Оликея умело сложила костер. Я разглядывал ее, пока она бродила вокруг, собирая хворост, чтобы подкормить крохотное пламя, наклонялась раздуть огонь, а затем нарезала корни и чистила рыбу из корзинки Ликари. Неожиданно я осознал, что не могу сравнивать ее с гернийками. Она двигалась легко и уверенно, не замечая собственной наготы, как и сам мальчик-солдат. Как ни странно, он не испытывал к ней ни малейшего влечения. Возможно, я истратил слишком много его магии, и теперь он едва мог стоять, не говоря уже о том, чтобы заигрывать с женщиной. Я держался на краю потока его мыслей: он думал не о плотских утехах, а о еде, которую она готовила. Оценивал, насколько сумеет восстановить к ночи свои силы и как много магии ему придется сжечь, чтобы быстроходом перенести всех троих к народу.

Быстроход. Когда пользуешься им, кажется, будто идешь нормальным шагом, а на самом деле покрываешь куда большие расстояния.
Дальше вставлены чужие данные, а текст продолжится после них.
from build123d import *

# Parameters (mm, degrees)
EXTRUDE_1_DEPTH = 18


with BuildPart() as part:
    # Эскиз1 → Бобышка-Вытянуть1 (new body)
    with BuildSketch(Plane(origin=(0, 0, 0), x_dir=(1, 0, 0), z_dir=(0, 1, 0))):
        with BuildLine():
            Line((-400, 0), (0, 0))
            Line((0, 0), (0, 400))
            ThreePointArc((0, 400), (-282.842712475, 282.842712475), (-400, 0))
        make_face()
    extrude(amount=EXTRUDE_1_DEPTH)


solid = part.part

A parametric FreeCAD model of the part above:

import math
import FreeCAD as App
import Part
import Sketcher

V = App.Vector

doc = App.newDocument("Part")
body = doc.addObject("PartDesign::Body", "Body")

# Sketch on XZ plane
sketch1 = body.newObject("Sketcher::SketchObject", "Sketch")
sketch1.AttachmentSupport = (doc.getObject("XZ_Plane"), [""])
sketch1.MapMode = "FlatFace"
sketch1.addGeometry([
    Part.LineSegment(V(-400, 0, 0), V(0, 0, 0)),
    Part.LineSegment(V(0, 0, 0), V(0, -400, 0)),
    Part.ArcOfCircle(Part.Circle(V(0, 0, 0), V(0, 0, 1), 400), math.radians(180), math.radians(270)),
], False)
sketch1.addConstraint([
    Sketcher.Constraint("Coincident", 0, 2, 1, 1),
    Sketcher.Constraint("Coincident", 1, 2, 2, 2),
    Sketcher.Constraint("Coincident", 2, 1, 0, 1),
    Sketcher.Constraint("Horizontal", 0),
    Sketcher.Constraint("Vertical", 1),
    Sketcher.Constraint("Coincident", 2, 3, -1, 1),
    Sketcher.Constraint("Coincident", 0, 2, -1, 1),
    Sketcher.Constraint("Radius", 2, 400.0),
])
pad1 = body.newObject("PartDesign::Pad", "Pad")
pad1.Profile = sketch1
pad1.Length = 18
pad1.Reversed = True

doc.recompute()
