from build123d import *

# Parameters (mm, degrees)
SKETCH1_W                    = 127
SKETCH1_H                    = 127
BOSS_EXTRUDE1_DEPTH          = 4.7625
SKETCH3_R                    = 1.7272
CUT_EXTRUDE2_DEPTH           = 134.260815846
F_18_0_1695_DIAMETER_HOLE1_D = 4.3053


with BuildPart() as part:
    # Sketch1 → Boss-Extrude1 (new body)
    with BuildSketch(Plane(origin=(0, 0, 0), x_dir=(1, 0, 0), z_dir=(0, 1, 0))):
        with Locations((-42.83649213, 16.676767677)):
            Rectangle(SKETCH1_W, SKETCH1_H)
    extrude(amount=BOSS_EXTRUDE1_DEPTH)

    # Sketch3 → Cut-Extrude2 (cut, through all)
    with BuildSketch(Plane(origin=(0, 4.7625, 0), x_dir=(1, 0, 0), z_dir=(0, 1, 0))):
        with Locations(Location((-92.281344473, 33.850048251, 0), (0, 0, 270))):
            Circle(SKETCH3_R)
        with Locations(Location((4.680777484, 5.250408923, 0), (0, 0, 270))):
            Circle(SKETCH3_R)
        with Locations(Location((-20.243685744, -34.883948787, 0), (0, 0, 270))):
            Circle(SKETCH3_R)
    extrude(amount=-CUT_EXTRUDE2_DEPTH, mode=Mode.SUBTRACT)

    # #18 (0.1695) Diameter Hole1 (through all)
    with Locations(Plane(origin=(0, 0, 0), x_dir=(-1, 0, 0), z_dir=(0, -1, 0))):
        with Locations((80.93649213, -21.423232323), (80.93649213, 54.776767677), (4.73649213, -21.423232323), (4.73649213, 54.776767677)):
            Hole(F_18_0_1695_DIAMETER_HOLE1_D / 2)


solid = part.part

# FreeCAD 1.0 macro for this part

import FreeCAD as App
import Part
import Sketcher
from FreeCAD import Vector
Q = App.Units.Quantity


def add_polygon(sketch, points):
    """Adds a closed chain of lines whose ends are joined by coincident constraints."""
    first, n = sketch.GeometryCount, len(points)
    for a, b in zip(points, points[1:] + points[:1]):
        sketch.addGeometry(Part.LineSegment(App.Vector(*a, 0), App.Vector(*b, 0)), False)
    for i in range(n):
        sketch.addConstraint(Sketcher.Constraint("Coincident", first + i, 2, first + (i + 1) % n, 1))

doc = App.newDocument("Part")
params = doc.addObject("Spreadsheet::Sheet", "Params")
for row, (alias, value) in enumerate([
    ("sketch1_width", "5 in"),
    ("pad1_length", "0.1875 in"),
    ("sketch2_diameter", "0.136 in"),
    ("hole_diameter", "0.1695 in"),
], start=1):
    params.set(f"A{row}", alias)
    params.set(f"B{row}", "=" + value)
    params.setAlias(f"B{row}", alias)

body = doc.addObject("PartDesign::Body", "Body")

sketch1 = body.newObject("Sketcher::SketchObject", "Sketch")
sketch1.AttachmentSupport = (doc.getObject("XZ_Plane"), [""])
sketch1.MapMode = "FlatFace"
add_polygon(sketch1, [(-106, -80), (-106, 47), (21, 47), (21, -80)])
sketch1.addConstraint([
    Sketcher.Constraint("Vertical", 0),
    Sketcher.Constraint("Horizontal", 1),
    Sketcher.Constraint("Vertical", 2),
    Sketcher.Constraint("Horizontal", 3),
    Sketcher.Constraint("Equal", 3, 0),
    Sketcher.Constraint("DistanceX", 1, 1, 1, 2, Q("5 in")),
    Sketcher.Constraint("DistanceX", 0, 2, -1, 1, Q("106.336492 mm")),
    Sketcher.Constraint("DistanceY", -1, 1, 0, 2, Q("46.823232 mm")),
])
sketch1.setExpression("Constraints[9]", "Params.sketch1_width")
pad1 = body.newObject("PartDesign::Pad", "Pad")
pad1.Profile = sketch1
pad1.setExpression("Length", "Params.pad1_length")
pad1.Reversed = True

sketch2 = body.newObject("Sketcher::SketchObject", "Sketch001")
sketch2.AttachmentSupport = (doc.getObject("XZ_Plane"), [""])
sketch2.MapMode = "FlatFace"
sketch2.AttachmentOffset = App.Placement(Vector(0, 0, -0.1875 * 25.4), App.Rotation())
sketch2.addGeometry([
    Part.Circle(Vector(-92.3, -33.9, 0), Vector(0, 0, 1), 1.7),
    Part.Circle(Vector(4.7, -5.3, 0), Vector(0, 0, 1), 1.7),
    Part.Circle(Vector(-20.2, 34.9, 0), Vector(0, 0, 1), 1.7),
], False)
sketch2.addConstraint([
    Sketcher.Constraint("Equal", 0, 1),
    Sketcher.Constraint("Equal", 1, 2),
    Sketcher.Constraint("Diameter", 0, Q("0.136 in")),
    Sketcher.Constraint("DistanceY", 0, 3, -1, 1, Q("33.850048 mm")),
    Sketcher.Constraint("DistanceY", 1, 3, -1, 1, Q("5.250409 mm")),
    Sketcher.Constraint("DistanceY", -1, 1, 2, 3, Q("34.883949 mm")),
    Sketcher.Constraint("DistanceX", 0, 3, 1, 3, Q("96.962122 mm")),
    Sketcher.Constraint("DistanceX", 0, 3, 2, 3, Q("72.037659 mm")),
    Sketcher.Constraint("DistanceX", 0, 3, -1, 1, Q("92.281344 mm")),
])
sketch2.setExpression("Constraints[2]", "Params.sketch2_diameter")
pocket1 = body.newObject("PartDesign::Pocket", "Pocket")
pocket1.Profile = sketch2
pocket1.Type = "ThroughAll"
pocket1.Reversed = True

sketch3 = body.newObject("Sketcher::SketchObject", "Sketch002")
sketch3.AttachmentSupport = (doc.getObject("XZ_Plane"), [""])
sketch3.MapMode = "FlatFace"
sketch3.addGeometry([
    Part.Circle(Vector(-80.9, 21.4, 0), Vector(0, 0, 1), 2.2),
    Part.Circle(Vector(-80.9, -54.8, 0), Vector(0, 0, 1), 2.2),
    Part.Circle(Vector(-4.7, 21.4, 0), Vector(0, 0, 1), 2.2),
    Part.Circle(Vector(-4.7, -54.8, 0), Vector(0, 0, 1), 2.2),
], False)
sketch3.addConstraint([
    Sketcher.Constraint("Equal", 0, 1),
    Sketcher.Constraint("Equal", 1, 2),
    Sketcher.Constraint("Equal", 2, 3),
    Sketcher.Constraint("Horizontal", 0, 3, 2, 3),
    Sketcher.Constraint("Horizontal", 1, 3, 3, 3),
    Sketcher.Constraint("Vertical", 0, 3, 1, 3),
    Sketcher.Constraint("Vertical", 2, 3, 3, 3),
    Sketcher.Constraint("DistanceY", 1, 3, 0, 3, Q("3 in")),
    Sketcher.Constraint("DistanceX", 0, 3, 2, 3, Q("3 in")),
    Sketcher.Constraint("Diameter", 0, Q("0.1695 in")),
    Sketcher.Constraint("DistanceX", 0, 3, -1, 1, Q("80.936492 mm")),
    Sketcher.Constraint("DistanceY", -1, 1, 0, 3, Q("21.423232 mm")),
])
doc.recompute()
hole = body.newObject("PartDesign::Hole", "Hole")
hole.Profile = sketch3
hole.ThreadType = "None"
hole.setExpression("Diameter", "Params.hole_diameter")
hole.DepthType = "ThroughAll"

doc.recompute()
Маг может взять с собой и других людей — одного, двоих или даже троих, если он достаточно толст и силен. Но чтобы прибегнуть к магии, понадобится усилие, и выносливость — чтобы поддержать ее. Ему и так придется нелегко, а он еще и не желал сжигать то немногое, что ему удалось восстановить. Тем не менее ему придется. Он сказал, что сделает это, при Джодоли. Великий не отказывается от магического действия, если обещал его совершить. Иначе он полностью лишится уважения народа.

Вернулся Ликари с охапкой хвороста. Оликея сдержанно поблагодарила его и отправила за водой. Я подозревал, что она старается держать его подальше от мальчика-солдата, в то время как сама выполняет более заметные обязанности кормилицы. Она словно почувствовала мой взгляд и повернулась ко мне. Когда наши глаза встретились, мне показалось, будто она все еще видит меня, гернийца, спрятанного внутри мальчика-солдата. Заметила ли она, что его поведение по отношению к ней изменилось? Она смерила меня взглядом, словно лошадь, которую подумывает купить. Затем покачала головой.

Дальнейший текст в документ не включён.